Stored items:
<<<<

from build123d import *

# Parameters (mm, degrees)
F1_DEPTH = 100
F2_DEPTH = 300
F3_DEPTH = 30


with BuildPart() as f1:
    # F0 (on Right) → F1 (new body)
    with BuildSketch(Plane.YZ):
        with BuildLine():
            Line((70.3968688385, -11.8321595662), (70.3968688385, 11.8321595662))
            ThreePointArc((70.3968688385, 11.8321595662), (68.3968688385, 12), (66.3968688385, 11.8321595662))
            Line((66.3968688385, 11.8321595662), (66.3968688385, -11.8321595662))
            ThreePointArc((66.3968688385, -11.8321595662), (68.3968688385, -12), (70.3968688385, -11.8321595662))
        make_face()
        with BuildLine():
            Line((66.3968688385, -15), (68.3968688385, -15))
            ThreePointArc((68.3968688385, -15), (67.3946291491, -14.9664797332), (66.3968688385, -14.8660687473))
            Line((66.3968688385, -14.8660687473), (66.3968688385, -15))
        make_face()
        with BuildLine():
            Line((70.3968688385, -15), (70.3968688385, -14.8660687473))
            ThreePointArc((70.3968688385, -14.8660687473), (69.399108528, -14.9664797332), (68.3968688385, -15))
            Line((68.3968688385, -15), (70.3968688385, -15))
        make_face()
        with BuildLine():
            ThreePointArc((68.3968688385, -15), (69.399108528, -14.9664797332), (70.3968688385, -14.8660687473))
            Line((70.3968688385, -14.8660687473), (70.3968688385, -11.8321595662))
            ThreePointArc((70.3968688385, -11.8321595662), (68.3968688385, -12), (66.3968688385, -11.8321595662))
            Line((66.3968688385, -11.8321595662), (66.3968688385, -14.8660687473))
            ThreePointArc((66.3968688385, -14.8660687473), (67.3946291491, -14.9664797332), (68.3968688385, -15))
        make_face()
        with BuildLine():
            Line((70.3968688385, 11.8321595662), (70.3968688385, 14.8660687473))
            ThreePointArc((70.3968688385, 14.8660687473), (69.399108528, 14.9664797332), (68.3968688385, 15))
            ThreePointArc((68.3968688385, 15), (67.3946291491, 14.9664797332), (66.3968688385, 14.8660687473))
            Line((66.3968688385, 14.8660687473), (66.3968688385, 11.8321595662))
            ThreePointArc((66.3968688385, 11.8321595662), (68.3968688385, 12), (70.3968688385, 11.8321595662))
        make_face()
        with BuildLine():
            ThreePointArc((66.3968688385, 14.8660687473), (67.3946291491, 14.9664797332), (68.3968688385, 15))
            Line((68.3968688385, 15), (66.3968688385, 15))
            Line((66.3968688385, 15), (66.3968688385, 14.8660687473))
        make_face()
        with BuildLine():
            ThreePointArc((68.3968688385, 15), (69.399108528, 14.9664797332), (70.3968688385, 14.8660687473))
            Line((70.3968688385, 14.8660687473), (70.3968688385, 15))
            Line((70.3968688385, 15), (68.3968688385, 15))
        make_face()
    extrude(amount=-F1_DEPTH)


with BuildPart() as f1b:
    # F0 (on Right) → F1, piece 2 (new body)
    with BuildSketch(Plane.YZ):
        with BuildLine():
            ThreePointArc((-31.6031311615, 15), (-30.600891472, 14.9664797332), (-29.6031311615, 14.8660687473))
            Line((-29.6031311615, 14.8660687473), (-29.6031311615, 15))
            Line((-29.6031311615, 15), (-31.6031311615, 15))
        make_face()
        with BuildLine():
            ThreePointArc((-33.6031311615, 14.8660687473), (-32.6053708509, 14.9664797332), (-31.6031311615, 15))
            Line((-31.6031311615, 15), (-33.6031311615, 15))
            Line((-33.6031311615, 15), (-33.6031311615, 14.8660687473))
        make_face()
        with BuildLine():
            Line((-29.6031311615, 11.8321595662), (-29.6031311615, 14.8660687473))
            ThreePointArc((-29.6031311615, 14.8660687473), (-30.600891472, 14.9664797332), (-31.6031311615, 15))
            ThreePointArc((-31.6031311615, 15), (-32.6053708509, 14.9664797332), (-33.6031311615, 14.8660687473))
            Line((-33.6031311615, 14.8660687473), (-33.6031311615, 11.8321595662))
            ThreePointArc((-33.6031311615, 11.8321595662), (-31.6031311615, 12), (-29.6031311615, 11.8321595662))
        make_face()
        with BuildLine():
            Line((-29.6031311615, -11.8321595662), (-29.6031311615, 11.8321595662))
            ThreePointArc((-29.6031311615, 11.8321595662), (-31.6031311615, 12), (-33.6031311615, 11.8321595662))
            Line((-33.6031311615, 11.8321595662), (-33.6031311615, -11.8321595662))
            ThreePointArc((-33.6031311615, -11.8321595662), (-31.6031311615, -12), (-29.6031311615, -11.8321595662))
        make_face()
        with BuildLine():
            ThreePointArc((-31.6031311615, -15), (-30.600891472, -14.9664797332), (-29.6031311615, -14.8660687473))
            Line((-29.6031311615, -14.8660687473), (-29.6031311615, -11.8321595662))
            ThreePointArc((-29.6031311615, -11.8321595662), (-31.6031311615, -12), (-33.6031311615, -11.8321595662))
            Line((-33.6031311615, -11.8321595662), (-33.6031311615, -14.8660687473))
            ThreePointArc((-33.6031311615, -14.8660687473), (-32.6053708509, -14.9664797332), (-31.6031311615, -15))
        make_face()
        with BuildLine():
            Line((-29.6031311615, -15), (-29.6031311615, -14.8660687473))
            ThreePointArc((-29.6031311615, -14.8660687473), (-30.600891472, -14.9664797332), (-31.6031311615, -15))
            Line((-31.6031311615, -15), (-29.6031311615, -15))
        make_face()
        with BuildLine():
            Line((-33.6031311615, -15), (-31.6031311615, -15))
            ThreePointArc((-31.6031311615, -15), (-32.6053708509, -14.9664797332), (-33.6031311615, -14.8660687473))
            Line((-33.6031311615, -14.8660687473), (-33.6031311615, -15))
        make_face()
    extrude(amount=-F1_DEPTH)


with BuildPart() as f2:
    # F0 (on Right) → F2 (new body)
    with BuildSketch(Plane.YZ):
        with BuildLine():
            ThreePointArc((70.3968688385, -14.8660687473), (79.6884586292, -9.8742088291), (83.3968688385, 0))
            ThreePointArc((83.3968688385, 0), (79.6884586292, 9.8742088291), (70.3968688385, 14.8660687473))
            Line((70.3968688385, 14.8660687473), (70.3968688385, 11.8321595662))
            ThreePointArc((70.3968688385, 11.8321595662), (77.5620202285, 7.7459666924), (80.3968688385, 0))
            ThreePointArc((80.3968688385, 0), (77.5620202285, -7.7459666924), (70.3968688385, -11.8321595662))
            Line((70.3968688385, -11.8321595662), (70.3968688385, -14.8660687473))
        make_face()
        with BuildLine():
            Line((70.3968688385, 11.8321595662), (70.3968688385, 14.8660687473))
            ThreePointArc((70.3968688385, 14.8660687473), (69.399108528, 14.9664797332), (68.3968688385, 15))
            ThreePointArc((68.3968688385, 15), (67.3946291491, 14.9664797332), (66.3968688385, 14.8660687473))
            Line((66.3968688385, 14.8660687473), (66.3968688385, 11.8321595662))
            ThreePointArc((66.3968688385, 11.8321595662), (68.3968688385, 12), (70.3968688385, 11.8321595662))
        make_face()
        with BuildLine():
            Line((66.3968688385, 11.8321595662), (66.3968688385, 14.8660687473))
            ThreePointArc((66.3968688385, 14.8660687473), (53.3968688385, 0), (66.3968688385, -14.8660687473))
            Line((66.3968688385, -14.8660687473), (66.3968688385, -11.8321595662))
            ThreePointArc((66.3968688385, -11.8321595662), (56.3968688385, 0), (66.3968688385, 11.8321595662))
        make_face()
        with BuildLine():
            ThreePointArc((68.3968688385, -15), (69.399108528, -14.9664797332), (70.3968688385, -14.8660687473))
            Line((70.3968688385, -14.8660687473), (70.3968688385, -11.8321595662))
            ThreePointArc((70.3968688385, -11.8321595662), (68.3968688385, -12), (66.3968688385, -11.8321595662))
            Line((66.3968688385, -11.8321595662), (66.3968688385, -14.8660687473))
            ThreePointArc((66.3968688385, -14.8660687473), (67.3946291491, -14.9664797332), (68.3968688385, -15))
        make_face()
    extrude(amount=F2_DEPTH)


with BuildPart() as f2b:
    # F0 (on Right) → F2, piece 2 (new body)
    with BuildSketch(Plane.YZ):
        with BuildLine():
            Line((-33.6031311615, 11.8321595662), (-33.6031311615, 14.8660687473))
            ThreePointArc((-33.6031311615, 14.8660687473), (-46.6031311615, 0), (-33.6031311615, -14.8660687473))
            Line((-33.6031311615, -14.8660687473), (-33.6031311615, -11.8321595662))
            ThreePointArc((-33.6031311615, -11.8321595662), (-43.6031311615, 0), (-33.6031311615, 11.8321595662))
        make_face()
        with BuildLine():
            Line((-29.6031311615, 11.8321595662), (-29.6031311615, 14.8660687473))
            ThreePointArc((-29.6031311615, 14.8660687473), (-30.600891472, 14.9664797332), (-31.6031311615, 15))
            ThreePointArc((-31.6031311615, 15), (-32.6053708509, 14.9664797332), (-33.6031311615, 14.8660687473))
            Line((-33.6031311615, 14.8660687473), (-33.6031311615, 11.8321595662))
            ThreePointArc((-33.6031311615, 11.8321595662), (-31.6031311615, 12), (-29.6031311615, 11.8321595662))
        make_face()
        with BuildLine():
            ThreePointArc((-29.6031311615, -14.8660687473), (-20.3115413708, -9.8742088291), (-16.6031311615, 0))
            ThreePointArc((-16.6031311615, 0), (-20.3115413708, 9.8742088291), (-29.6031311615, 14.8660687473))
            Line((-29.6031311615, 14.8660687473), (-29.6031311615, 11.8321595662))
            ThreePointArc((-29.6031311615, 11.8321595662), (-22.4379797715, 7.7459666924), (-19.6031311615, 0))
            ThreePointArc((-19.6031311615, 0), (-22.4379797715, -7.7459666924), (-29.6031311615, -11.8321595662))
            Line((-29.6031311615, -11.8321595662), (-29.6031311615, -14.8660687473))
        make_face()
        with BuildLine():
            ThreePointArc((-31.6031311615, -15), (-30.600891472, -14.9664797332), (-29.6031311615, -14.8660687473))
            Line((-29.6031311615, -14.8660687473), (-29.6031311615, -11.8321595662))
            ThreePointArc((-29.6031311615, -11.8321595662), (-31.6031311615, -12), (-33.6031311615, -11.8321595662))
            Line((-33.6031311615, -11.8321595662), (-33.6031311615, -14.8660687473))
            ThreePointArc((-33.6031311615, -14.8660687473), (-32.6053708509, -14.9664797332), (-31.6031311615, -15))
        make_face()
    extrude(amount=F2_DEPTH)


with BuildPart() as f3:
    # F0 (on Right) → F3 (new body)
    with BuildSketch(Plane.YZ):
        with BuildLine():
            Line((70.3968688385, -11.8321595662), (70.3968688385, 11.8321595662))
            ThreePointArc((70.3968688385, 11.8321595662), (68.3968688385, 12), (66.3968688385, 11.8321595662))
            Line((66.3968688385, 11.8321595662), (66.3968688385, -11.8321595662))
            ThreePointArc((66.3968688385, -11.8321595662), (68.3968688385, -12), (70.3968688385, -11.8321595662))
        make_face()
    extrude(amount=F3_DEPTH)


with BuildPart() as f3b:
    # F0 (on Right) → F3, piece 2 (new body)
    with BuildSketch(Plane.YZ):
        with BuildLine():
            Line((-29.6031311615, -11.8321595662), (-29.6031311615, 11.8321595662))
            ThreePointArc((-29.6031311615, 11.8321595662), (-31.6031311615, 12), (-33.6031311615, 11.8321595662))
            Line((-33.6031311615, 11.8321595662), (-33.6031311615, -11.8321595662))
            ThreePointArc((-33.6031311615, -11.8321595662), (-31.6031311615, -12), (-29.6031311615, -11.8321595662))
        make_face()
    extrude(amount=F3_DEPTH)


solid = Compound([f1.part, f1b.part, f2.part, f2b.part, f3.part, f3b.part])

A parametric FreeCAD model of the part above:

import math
import FreeCAD as App
import Part
import Sketcher

V = App.Vector
Q = App.Units.Quantity


def add_polygon(sketch, points):
    """Adds a closed chain of lines whose ends are joined by coincident constraints."""
    first, n = sketch.GeometryCount, len(points)
    for a, b in zip(points, points[1:] + points[:1]):
        sketch.addGeometry(Part.LineSegment(App.Vector(*a, 0), App.Vector(*b, 0)), False)
    for i in range(n):
        sketch.addConstraint(Sketcher.Constraint("Coincident", first + i, 2, first + (i + 1) % n, 1))

doc = App.newDocument("Part")
params = doc.addObject("Spreadsheet::Sheet", "Params")
for row, (alias, value) in enumerate([
    ("sketch1_width", "4 mm"),
    ("sketch1_height", "30 mm"),
    ("pad1_length", "100 mm"),
    ("sketch2_width", "4 mm"),
    ("sketch2_height", "30 mm"),
    ("pad2_length", "100 mm"),
    ("sketch3_radius", "15 mm"),
    ("sketch3_radius2", "12 mm"),
    ("pad3_length", "300 mm"),
    ("sketch4_radius", "15 mm"),
    ("sketch4_radius2", "12 mm"),
    ("pad4_length", "300 mm"),
    ("sketch5_radius", "12 mm"),
    ("pad5_length", "30 mm"),
    ("sketch6_radius", "12 mm"),
    ("pad6_length", "30 mm"),
], start=1):
    params.set(f"A{row}", alias)
    params.set(f"B{row}", "=" + value)
    params.setAlias(f"B{row}", alias)

body = doc.addObject("PartDesign::Body", "Body")

sketch1 = body.newObject("Sketcher::SketchObject", "Sketch")
sketch1.AttachmentSupport = (doc.getObject("YZ_Plane"), [""])
sketch1.MapMode = "FlatFace"
add_polygon(sketch1, [(66.396869, -15), (70.396869, -15), (70.396869, 15), (66.396869, 15)])
sketch1.addConstraint([
    Sketcher.Constraint("Horizontal", 0),
    Sketcher.Constraint("Vertical", 1),
    Sketcher.Constraint("Horizontal", 2),
    Sketcher.Constraint("Vertical", 3),
    Sketcher.Constraint("DistanceX", 0, 1, 0, 2, Q("4 mm")),
    Sketcher.Constraint("DistanceY", 1, 1, 1, 2, Q("30 mm")),
    Sketcher.Constraint("DistanceY", 0, 2, -1, 1, Q("15 mm")),
    Sketcher.Constraint("DistanceX", -1, 1, 0, 2, Q("70.396869 mm")),
])
sketch1.setExpression("Constraints[8]", "Params.sketch1_width")
sketch1.setExpression("Constraints[9]", "Params.sketch1_height")
pad1 = body.newObject("PartDesign::Pad", "Pad")
pad1.Profile = sketch1
pad1.setExpression("Length", "Params.pad1_length")
pad1.Reversed = True
body2 = doc.addObject("PartDesign::Body", "Body001")

sketch2 = body2.newObject("Sketcher::SketchObject", "Sketch001")
sketch2.AttachmentSupport = (doc.getObject("YZ_Plane001"), [""])
sketch2.MapMode = "FlatFace"
add_polygon(sketch2, [(-29.603131, 15), (-33.603131, 15), (-33.603131, -15), (-29.603131, -15)])
sketch2.addConstraint([
    Sketcher.Constraint("Horizontal", 0),
    Sketcher.Constraint("Vertical", 1),
    Sketcher.Constraint("Horizontal", 2),
    Sketcher.Constraint("Vertical", 3),
    Sketcher.Constraint("DistanceX", 0, 2, 0, 1, Q("4 mm")),
    Sketcher.Constraint("DistanceY", 1, 2, 1, 1, Q("30 mm")),
    Sketcher.Constraint("DistanceY", -1, 1, 0, 2, Q("15 mm")),
    Sketcher.Constraint("DistanceX", 0, 2, -1, 1, Q("33.603131 mm")),
])
sketch2.setExpression("Constraints[8]", "Params.sketch2_width")
sketch2.setExpression("Constraints[9]", "Params.sketch2_height")
pad2 = body2.newObject("PartDesign::Pad", "Pad001")
pad2.Profile = sketch2
pad2.setExpression("Length", "Params.pad2_length")
pad2.Reversed = True
body3 = doc.addObject("PartDesign::Body", "Body002")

>>>>

→ **WORK TO COMPLETE**: From the first line of the records above to the line that contains "Line((70.3968688385, -15), (70.3968688385, -14.8660687473))", quote each line exactly.

→ **RESPONSE**:
from build123d import *

# Parameters (mm, degrees)
F1_DEPTH = 100
F2_DEPTH = 300
F3_DEPTH = 30


with BuildPart() as f1:
    # F0 (on Right) → F1 (new body)
    with BuildSketch(Plane.YZ):
        with BuildLine():
            Line((70.3968688385, -11.8321595662), (70.3968688385, 11.8321595662))
            ThreePointArc((70.3968688385, 11.8321595662), (68.3968688385, 12), (66.3968688385, 11.8321595662))
            Line((66.3968688385, 11.8321595662), (66.3968688385, -11.8321595662))
            ThreePointArc((66.3968688385, -11.8321595662), (68.3968688385, -12), (70.3968688385, -11.8321595662))
        make_face()
        with BuildLine():
            Line((66.3968688385, -15), (68.3968688385, -15))
            ThreePointArc((68.3968688385, -15), (67.3946291491, -14.9664797332), (66.3968688385, -14.8660687473))
            Line((66.3968688385, -14.8660687473), (66.3968688385, -15))
        make_face()
        with BuildLine():
            Line((70.3968688385, -15), (70.3968688385, -14.8660687473))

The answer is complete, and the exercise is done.